Collected data entries:
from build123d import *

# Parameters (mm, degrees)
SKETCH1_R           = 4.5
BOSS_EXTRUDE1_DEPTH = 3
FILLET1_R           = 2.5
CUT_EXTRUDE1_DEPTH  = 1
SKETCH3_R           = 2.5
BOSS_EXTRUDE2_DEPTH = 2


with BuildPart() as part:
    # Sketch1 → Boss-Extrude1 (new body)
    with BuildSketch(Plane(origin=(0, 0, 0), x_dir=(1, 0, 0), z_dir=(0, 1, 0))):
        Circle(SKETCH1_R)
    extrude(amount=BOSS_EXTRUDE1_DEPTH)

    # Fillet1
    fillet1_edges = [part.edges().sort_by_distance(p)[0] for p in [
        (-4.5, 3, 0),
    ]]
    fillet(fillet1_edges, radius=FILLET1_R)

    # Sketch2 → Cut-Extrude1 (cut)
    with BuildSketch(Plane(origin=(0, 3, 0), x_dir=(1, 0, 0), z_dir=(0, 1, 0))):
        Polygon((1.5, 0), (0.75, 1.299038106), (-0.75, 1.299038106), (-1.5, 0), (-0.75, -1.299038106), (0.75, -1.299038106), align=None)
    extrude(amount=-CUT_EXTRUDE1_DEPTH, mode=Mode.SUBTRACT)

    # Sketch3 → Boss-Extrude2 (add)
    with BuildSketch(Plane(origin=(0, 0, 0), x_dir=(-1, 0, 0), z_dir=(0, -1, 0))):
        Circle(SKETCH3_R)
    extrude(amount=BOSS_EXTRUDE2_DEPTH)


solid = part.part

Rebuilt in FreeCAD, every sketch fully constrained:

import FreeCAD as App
import Part
import Sketcher
from FreeCAD import Vector
Q = App.Units.Quantity


def edges_at(feature, points):
    """Names of the edges that pass closest to the given points."""
    edges = feature.Shape.Edges
    near = lambda p: min(range(len(edges)), key=lambda i: edges[i].distToShape(Part.Vertex(*p))[0])
    return sorted({f"Edge{near(p) + 1}" for p in points})


def add_polygon(sketch, points):
    """Adds a closed chain of lines whose ends are joined by coincident constraints."""
    first, n = sketch.GeometryCount, len(points)
    for a, b in zip(points, points[1:] + points[:1]):
        sketch.addGeometry(Part.LineSegment(App.Vector(*a, 0), App.Vector(*b, 0)), False)
    for i in range(n):
        sketch.addConstraint(Sketcher.Constraint("Coincident", first + i, 2, first + (i + 1) % n, 1))

doc = App.newDocument("Part")
params = doc.addObject("Spreadsheet::Sheet", "Params")
for row, (alias, value) in enumerate([
    ("sketch1_diameter", "9 mm"),
    ("pad1_length", "3 mm"),
    ("fillet_radius", "2.5 mm"),
    ("sketch2_width", "1.5 mm"),
    ("pocket1_length", "1 mm"),
    ("sketch3_diameter", "5 mm"),
    ("pad2_length", "2 mm"),
], start=1):
    params.set(f"A{row}", alias)
    params.set(f"B{row}", "=" + value)
    params.setAlias(f"B{row}", alias)

body = doc.addObject("PartDesign::Body", "Body")

sketch1 = body.newObject("Sketcher::SketchObject", "Sketch")
sketch1.AttachmentSupport = (doc.getObject("XZ_Plane"), [""])
sketch1.MapMode = "FlatFace"
sketch1.addGeometry(Part.Circle(Vector(0, 0, 0), Vector(0, 0, 1), 4.5), False)
sketch1.addConstraint([
    Sketcher.Constraint("Coincident", 0, 3, -1, 1),
    Sketcher.Constraint("Diameter", 0, Q("9 mm")),
])
sketch1.setExpression("Constraints[1]", "Params.sketch1_diameter")
pad1 = body.newObject("PartDesign::Pad", "Pad")
pad1.Profile = sketch1
pad1.setExpression("Length", "Params.pad1_length")
pad1.Reversed = True
doc.recompute()

fillet = body.newObject("PartDesign::Fillet", "Fillet")
fillet.Base = (pad1, edges_at(pad1, [(-4.5, 3, 0)]))
fillet.setExpression("Radius", "Params.fillet_radius")

sketch2 = body.newObject("Sketcher::SketchObject", "Sketch001")
sketch2.AttachmentSupport = (doc.getObject("XZ_Plane"), [""])
sketch2.MapMode = "FlatFace"
sketch2.AttachmentOffset = App.Placement(Vector(0, 0, -3), App.Rotation())
add_polygon(sketch2, [(1.5, 0), (0.8, -1.3), (-0.8, -1.3), (-1.5, 0), (-0.8, 1.3), (0.8, 1.3)])
sketch2.addConstraint([
    Sketcher.Constraint("Horizontal", 1),
    Sketcher.Constraint("Horizontal", 4),
    Sketcher.Constraint("Symmetric", 0, 2, 3, 2, -1, 1),
    Sketcher.Constraint("Symmetric", 2, 2, 5, 2, -1, 1),
    Sketcher.Constraint("PointOnObject", 2, 2, -1),
    Sketcher.Constraint("Parallel", 2, 5),
    Sketcher.Constraint("Vertical", 1, 2, 3, 2),
    Sketcher.Constraint("Angle", 0, Q("-120 deg")),
    Sketcher.Constraint("DistanceX", 1, 2, 1, 1, Q("1.5 mm")),
    Sketcher.Constraint("DistanceX", 2, 2, 5, 2, Q("3 mm")),
])
sketch2.setExpression("Constraints[14]", "Params.sketch2_width")
pocket1 = body.newObject("PartDesign::Pocket", "Pocket")
pocket1.Profile = sketch2
pocket1.setExpression("Length", "Params.pocket1_length")
pocket1.Reversed = True

sketch3 = body.newObject("Sketcher::SketchObject", "Sketch002")
sketch3.AttachmentSupport = (doc.getObject("XZ_Plane"), [""])
sketch3.MapMode = "FlatFace"
sketch3.addGeometry(Part.Circle(Vector(0, 0, 0), Vector(0, 0, 1), 2.5), False)
sketch3.addConstraint([
    Sketcher.Constraint("Coincident", 0, 3, -1, 1),
    Sketcher.Constraint("Diameter", 0, Q("5 mm")),
])
sketch3.setExpression("Constraints[1]", "Params.sketch3_diameter")
pad2 = body.newObject("PartDesign::Pad", "Pad001")
pad2.Profile = sketch3
pad2.setExpression("Length", "Params.pad2_length")

doc.recompute()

▸ TASK DIRECTIONS:
Once you have identified the lines above that contain "origin", copy each of them.

▸ ANSWER TO THE PROBLEM:
    with BuildSketch(Plane(origin=(0, 0, 0), x_dir=(1, 0, 0), z_dir=(0, 1, 0))):
    with BuildSketch(Plane(origin=(0, 3, 0), x_dir=(1, 0, 0), z_dir=(0, 1, 0))):
    with BuildSketch(Plane(origin=(0, 0, 0), x_dir=(-1, 0, 0), z_dir=(0, -1, 0))):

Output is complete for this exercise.